Left alone – or drunk in the lorry park: warning to parents after children abandoned at shows

  • British Showjumping (BS) has urged parents and carers of junior riders to ensure they are always accompanied at competitions – after cases of children being abandoned at shows, including one found drunk in the lorry park.

    BS put out an online request to those responsible for children, asking them to ensure they are not left alone. Chief executive Iain Graham told H&H he had initially planned just to email junior riders’ responsible adults.

    “But I decided to put it online; it might get people talking and make them realise this is unacceptable,” he said. “We understand people want to give children all the opportunities they can, but it needs to be in a safe and responsible way.”

    Mr Graham said there have been cases of children left alone at shows with a pony or horse, and of under-16s left in charge of younger siblings.

    “Then a judge or collecting ring steward realises there’s no one with the child, and has a conversation,” he said. “One was under the age of 12, and when gently spoken to said ‘I’ll be fine’; the mother had dropped her off and a friend was supposed to be collecting her but was held up. When the mother was contacted, she said there were people there who knew the child but none of them knew they were responsible for her.”

    Mr Graham cited the British Eventing request for any adult riders at events on their own to let the secretary know, in case of anything happening.

    “To me it’s unacceptable that adults think they can just leave a child in charge of a horse or pony with no adults around,” he said. “Anything could happen; the pony has an accident, or the child. It’s a risk sport and children aren’t equipped to deal with these things on their own.”

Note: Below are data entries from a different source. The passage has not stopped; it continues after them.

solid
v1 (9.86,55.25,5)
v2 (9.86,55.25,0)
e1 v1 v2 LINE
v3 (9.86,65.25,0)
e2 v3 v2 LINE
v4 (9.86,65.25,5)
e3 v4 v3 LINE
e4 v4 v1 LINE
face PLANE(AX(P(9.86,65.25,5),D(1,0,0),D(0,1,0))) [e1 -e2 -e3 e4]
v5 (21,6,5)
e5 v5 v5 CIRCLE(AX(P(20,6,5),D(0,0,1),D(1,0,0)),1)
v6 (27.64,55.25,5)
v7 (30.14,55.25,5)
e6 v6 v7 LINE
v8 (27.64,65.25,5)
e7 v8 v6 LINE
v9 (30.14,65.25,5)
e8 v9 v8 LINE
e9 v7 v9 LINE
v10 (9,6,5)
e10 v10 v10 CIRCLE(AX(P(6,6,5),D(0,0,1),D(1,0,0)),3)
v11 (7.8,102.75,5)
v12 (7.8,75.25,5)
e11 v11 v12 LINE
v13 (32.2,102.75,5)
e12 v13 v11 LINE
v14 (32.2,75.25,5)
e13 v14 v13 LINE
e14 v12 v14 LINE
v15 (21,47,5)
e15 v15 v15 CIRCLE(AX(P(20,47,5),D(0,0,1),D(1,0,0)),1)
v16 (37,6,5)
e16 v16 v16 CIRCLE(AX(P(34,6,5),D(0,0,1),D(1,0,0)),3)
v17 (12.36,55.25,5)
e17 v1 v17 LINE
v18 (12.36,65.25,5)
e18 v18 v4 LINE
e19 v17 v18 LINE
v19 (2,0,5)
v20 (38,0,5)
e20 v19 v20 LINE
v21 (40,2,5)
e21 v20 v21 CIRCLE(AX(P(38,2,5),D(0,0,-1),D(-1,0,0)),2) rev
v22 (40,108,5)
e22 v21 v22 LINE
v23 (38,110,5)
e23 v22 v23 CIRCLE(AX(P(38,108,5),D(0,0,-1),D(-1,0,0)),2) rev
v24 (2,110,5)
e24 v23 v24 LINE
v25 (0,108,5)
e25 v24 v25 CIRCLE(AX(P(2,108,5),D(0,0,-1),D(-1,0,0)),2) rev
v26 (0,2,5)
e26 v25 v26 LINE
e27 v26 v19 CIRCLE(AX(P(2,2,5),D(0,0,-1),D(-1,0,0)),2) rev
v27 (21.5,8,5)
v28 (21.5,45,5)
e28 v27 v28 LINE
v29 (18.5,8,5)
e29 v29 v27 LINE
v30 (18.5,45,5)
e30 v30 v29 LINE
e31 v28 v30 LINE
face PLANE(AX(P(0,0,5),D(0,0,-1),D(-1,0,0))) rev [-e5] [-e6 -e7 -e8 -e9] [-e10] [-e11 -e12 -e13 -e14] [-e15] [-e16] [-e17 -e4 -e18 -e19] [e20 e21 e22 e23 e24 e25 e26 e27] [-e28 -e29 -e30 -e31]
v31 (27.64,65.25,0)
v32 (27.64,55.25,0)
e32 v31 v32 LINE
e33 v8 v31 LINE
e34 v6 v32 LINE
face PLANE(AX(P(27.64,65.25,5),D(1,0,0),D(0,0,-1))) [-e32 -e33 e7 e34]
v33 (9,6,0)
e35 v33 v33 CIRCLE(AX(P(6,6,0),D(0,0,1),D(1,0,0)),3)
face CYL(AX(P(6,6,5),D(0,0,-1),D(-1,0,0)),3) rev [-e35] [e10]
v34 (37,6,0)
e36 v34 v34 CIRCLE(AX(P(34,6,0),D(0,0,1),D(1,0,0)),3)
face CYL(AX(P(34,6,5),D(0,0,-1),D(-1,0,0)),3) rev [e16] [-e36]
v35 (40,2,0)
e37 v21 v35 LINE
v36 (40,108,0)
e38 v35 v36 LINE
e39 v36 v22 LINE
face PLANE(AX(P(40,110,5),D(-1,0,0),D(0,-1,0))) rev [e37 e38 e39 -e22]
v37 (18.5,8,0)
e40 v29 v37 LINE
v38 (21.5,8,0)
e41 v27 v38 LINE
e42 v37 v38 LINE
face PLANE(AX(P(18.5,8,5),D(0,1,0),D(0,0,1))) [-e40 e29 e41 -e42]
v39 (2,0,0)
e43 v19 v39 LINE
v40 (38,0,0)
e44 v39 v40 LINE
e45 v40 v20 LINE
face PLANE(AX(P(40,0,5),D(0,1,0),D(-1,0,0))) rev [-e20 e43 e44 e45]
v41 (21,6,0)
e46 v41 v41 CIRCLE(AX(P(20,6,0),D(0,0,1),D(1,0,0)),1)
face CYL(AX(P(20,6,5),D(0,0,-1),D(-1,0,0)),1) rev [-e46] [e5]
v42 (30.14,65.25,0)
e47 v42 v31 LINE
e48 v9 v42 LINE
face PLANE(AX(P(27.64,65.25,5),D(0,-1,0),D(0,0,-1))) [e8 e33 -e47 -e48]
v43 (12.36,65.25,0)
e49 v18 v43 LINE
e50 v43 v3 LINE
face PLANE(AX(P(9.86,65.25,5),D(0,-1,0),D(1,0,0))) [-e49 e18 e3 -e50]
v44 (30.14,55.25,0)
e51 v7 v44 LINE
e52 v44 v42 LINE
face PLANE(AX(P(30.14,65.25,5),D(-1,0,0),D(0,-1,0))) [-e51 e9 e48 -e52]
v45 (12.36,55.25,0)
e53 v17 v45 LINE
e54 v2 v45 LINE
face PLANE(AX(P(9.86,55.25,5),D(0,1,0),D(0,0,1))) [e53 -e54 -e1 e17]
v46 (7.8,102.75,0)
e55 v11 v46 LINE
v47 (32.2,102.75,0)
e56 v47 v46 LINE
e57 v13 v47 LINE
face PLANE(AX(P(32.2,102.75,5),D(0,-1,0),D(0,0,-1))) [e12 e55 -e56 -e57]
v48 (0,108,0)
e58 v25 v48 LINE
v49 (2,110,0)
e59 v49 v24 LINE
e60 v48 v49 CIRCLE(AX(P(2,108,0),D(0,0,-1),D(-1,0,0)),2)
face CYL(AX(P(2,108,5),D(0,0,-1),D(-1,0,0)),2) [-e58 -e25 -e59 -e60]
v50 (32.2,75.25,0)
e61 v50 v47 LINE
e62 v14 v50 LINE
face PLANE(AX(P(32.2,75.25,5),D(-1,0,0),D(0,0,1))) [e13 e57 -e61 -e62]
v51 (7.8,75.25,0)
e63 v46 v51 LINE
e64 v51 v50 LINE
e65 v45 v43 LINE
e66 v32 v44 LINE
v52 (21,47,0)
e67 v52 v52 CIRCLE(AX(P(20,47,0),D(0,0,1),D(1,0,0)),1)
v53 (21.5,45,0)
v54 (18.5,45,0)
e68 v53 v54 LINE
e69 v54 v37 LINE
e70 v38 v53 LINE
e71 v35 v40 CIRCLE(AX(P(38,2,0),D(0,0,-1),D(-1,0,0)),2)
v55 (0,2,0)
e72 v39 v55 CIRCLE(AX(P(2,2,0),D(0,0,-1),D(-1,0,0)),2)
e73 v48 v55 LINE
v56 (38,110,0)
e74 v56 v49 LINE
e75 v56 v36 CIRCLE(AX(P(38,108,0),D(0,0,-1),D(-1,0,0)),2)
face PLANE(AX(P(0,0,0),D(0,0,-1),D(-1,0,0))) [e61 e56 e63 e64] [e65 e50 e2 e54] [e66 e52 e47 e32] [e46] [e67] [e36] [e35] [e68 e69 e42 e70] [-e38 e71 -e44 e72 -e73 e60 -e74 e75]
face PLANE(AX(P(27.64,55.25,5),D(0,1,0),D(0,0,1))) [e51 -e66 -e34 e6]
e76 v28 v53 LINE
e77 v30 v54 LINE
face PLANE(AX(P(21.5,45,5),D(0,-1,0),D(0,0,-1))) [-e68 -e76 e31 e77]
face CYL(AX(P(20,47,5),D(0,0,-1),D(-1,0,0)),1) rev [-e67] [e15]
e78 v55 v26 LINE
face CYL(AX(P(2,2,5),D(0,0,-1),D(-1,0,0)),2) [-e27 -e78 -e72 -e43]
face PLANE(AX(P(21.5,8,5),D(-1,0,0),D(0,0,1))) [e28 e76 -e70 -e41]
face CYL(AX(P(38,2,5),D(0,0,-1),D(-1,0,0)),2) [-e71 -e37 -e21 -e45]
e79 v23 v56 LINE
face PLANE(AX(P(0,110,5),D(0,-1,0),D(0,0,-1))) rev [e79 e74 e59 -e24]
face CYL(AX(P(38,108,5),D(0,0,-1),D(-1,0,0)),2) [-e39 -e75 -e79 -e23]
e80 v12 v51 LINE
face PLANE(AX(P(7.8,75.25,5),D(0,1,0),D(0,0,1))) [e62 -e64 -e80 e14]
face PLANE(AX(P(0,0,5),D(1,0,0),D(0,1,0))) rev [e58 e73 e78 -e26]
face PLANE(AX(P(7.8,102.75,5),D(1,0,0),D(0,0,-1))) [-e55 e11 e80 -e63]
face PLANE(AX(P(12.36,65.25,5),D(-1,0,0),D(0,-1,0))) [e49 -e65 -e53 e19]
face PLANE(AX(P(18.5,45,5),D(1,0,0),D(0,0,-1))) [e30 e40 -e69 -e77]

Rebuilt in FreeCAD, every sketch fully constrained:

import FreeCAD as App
import Part
import Sketcher

V = App.Vector


def edges_at(feature, points):
    """Names of the edges that pass closest to the given points."""
    edges = feature.Shape.Edges
    near = lambda p: min(range(len(edges)), key=lambda i: edges[i].distToShape(Part.Vertex(*p))[0])
    return sorted({f"Edge{near(p) + 1}" for p in points})

doc = App.newDocument("Part")
params = doc.addObject("Spreadsheet::Sheet", "Params")
for row, (alias, value) in enumerate([
    ("sketch1_diameter", "6 mm"),
    ("sketch1_diameter2", "2 mm"),
    ("sketch1_width", "40 mm"),
    ("sketch1_width2", "3 mm"),
    ("sketch1_height", "110 mm"),
    ("pad1_length", "5 mm"),
    ("fillet_radius", "2 mm"),
], start=1):
    params.set(f"A{row}", alias)
    params.set(f"B{row}", "=" + value)
    params.setAlias(f"B{row}", alias)

body = doc.addObject("PartDesign::Body", "Body")

sketch1 = body.newObject("Sketcher::SketchObject", "Sketch")
sketch1.AttachmentSupport = (doc.getObject("XY_Plane"), [""])
sketch1.MapMode = "FlatFace"
sketch1.addGeometry([
    Part.LineSegment(V(0, 110, 0), V(0, 0, 0)),
    Part.LineSegment(V(0, 0, 0), V(40, 0, 0)),
    Part.LineSegment(V(40, 0, 0), V(40, 110, 0)),
    Part.LineSegment(V(40, 110, 0), V(0, 110, 0)),
    Part.Circle(V(6, 6, 0), V(0, 0, 1), 3),
    Part.Circle(V(20, 6, 0), V(0, 0, 1), 1),
    Part.LineSegment(V(21.5, 8, 0), V(18.5, 8, 0)),
    Part.LineSegment(V(18.5, 8, 0), V(18.5, 45, 0)),
    Part.LineSegment(V(18.5, 45, 0), V(21.5, 45, 0)),
    Part.LineSegment(V(21.5, 45, 0), V(21.5, 8, 0)),
    Part.Circle(V(34, 6, 0), V(0, 0, 1), 3),
    Part.Circle(V(20, 47, 0), V(0, 0, 1), 1),
    Part.LineSegment(V(12.4, 55.2, 0), V(9.9, 55.2, 0)),
    Part.LineSegment(V(9.9, 55.2, 0), V(9.9, 65.2, 0)),
    Part.LineSegment(V(9.9, 65.2, 0), V(12.4, 65.2, 0)),
    Part.LineSegment(V(12.4, 65.2, 0), V(12.4, 55.2, 0)),
    Part.LineSegment(V(30.1, 55.2, 0), V(27.6, 55.2, 0)),
    Part.LineSegment(V(27.6, 55.2, 0), V(27.6, 65.2, 0)),
    Part.LineSegment(V(27.6, 65.2, 0), V(30.1, 65.2, 0)),
    Part.LineSegment(V(30.1, 65.2, 0), V(30.1, 55.2, 0)),
    Part.LineSegment(V(32.2, 75.2, 0), V(7.8, 75.2, 0)),
    Part.LineSegment(V(7.8, 75.2, 0), V(7.8, 102.8, 0)),
    Part.LineSegment(V(7.8, 102.8, 0), V(32.2, 102.8, 0)),
    Part.LineSegment(V(32.2, 102.8, 0), V(32.2, 75.2, 0)),
], False)
sketch1.addConstraint([
    Sketcher.Constraint("Coincident", 0, 2, 1, 1),
    Sketcher.Constraint("Coincident", 1, 2, 2, 1),
    Sketcher.Constraint("Coincident", 2, 2, 3, 1),
    Sketcher.Constraint("Coincident", 3, 2, 0, 1),
    Sketcher.Constraint("Coincident", 6, 2, 7, 1),
    Sketcher.Constraint("Coincident", 7, 2, 8, 1),
    Sketcher.Constraint("Coincident", 8, 2, 9, 1),
    Sketcher.Constraint("Coincident", 9, 2, 6, 1),
    Sketcher.Constraint("Coincident", 12, 2, 13, 1),
    Sketcher.Constraint("Coincident", 13, 2, 14, 1),
    Sketcher.Constraint("Coincident", 14, 2, 15, 1),
    Sketcher.Constraint("Coincident", 15, 2, 12, 1),
    Sketcher.Constraint("Coincident", 16, 2, 17, 1),
    Sketcher.Constraint("Coincident", 17, 2, 18, 1),
    Sketcher.Constraint("Coincident", 18, 2, 19, 1),
    Sketcher.Constraint("Coincident", 19, 2, 16, 1),
    Sketcher.Constraint("Coincident", 20, 2, 21, 1),
    Sketcher.Constraint("Coincident", 21, 2, 22, 1),
    Sketcher.Constraint("Coincident", 22, 2, 23, 1),
    Sketcher.Constraint("Coincident", 23, 2, 20, 1),
    Sketcher.Constraint("Vertical", 0),
    Sketcher.Constraint("Horizontal", 1),
    Sketcher.Constraint("Vertical", 2),
    Sketcher.Constraint("Horizontal", 3),
    Sketcher.Constraint("Horizontal", 6),
    Sketcher.Constraint("Vertical", 7),
    Sketcher.Constraint("Horizontal", 8),
    Sketcher.Constraint("Vertical", 9),
    Sketcher.Constraint("Horizontal", 12),
    Sketcher.Constraint("Vertical", 13),
    Sketcher.Constraint("Horizontal", 14),
    Sketcher.Constraint("Vertical", 15),
    Sketcher.Constraint("Horizontal", 16),
    Sketcher.Constraint("Vertical", 17),
    Sketcher.Constraint("Horizontal", 18),
    Sketcher.Constraint("Vertical", 19),
    Sketcher.Constraint("Horizontal", 20),
    Sketcher.Constraint("Vertical", 21),
    Sketcher.Constraint("Horizontal", 22),
    Sketcher.Constraint("Vertical", 23),
    Sketcher.Constraint("Coincident", 0, 2, -1, 1),
    Sketcher.Constraint("Equal", 4, 10),
    Sketcher.Constraint("Equal", 5, 11),
    Sketcher.Constraint("Horizontal", 4, 3, 5, 3),
    Sketcher.Constraint("Horizontal", 5, 3, 10, 3),
    Sketcher.Constraint("Horizontal", 15, 2, 16, 2),
    Sketcher.Constraint("Horizontal", 14, 2, 17, 2),
    Sketcher.Constraint("Vertical", 5, 3, 11, 3),
    Sketcher.Constraint("Equal", 14, 16),
    Sketcher.Constraint("Diameter", 4, 6.0),
    Sketcher.Constraint("Diameter", 5, 2.0),
    Sketcher.Constraint("DistanceX", 1, 1, 1, 2, 40.0),
    Sketcher.Constraint("DistanceX", 6, 2, 6, 1, 3.0),
    Sketcher.Constraint("DistanceY", 0, 2, 0, 1, 110.0),
    Sketcher.Constraint("DistanceY", 7, 1, 7, 2, 37.0),
    Sketcher.Constraint("DistanceY", 13, 1, 13, 2, 10.0),
    Sketcher.Constraint("DistanceX", 12, 2, 12, 1, 2.5),
    Sketcher.Constraint("DistanceX", 20, 2, 20, 1, 24.4),
    Sketcher.Constraint("DistanceY", 21, 1, 21, 2, 27.5),
    Sketcher.Constraint("DistanceX", -1, 1, 4, 3, 6.0),
    Sketcher.Constraint("DistanceY", -1, 1, 4, 3, 6.0),
    Sketcher.Constraint("DistanceX", -1, 1, 5, 3, 20.0),
    Sketcher.Constraint("DistanceX", -1, 1, 10, 3, 34.0),
    Sketcher.Constraint("DistanceY", -1, 1, 11, 3, 47.0),
    Sketcher.Constraint("DistanceY", -1, 1, 6, 2, 8.0),
    Sketcher.Constraint("DistanceY", 13, 2, 20, 2, 10.0),
    Sketcher.Constraint("DistanceX", -1, 1, 6, 2, 18.5),
    Sketcher.Constraint("DistanceX", -1, 1, 20, 2, 7.8),
    Sketcher.Constraint("DistanceX", -1, 1, 12, 2, 9.86),
    Sketcher.Constraint("DistanceY", -1, 1, 12, 2, 55.25),
    Sketcher.Constraint("DistanceX", -1, 1, 16, 2, 27.64),
])
sketch1.setExpression("Constraints[49]", "Params.sketch1_diameter")
sketch1.setExpression("Constraints[50]", "Params.sketch1_diameter2")
sketch1.setExpression("Constraints[51]", "Params.sketch1_width")
sketch1.setExpression("Constraints[52]", "Params.sketch1_width2")
sketch1.setExpression("Constraints[53]", "Params.sketch1_height")
pad1 = body.newObject("PartDesign::Pad", "Pad")
pad1.Profile = sketch1
pad1.setExpression("Length", "Params.pad1_length")
doc.recompute()

fillet = body.newObject("PartDesign::Fillet", "Fillet")
fillet.Base = (pad1, edges_at(pad1, [
    (0, 0, 2.5),
    (0, 110, 2.5),
    (40, 110, 2.5),
    (40, 0, 2.5),
]))
fillet.setExpression("Radius", "Params.fillet_radius")

doc.recompute()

    There has been worse too; Mr Graham said at one stay-away show, an inebriated child was found in the lorry park one night; the parents had booked themselves into a hotel and left the child there with the lorry.

    “It’s ridiculous,” he said, adding that there have been occasions social services have become involved as a result of these cases.

    “Some of the cases have been flagged as safeguarding issues through British Equestrian,” he said. “If a parent left a child at home and went to stay in a hotel, social services would be involved and this is worse. It’s not right on any level.”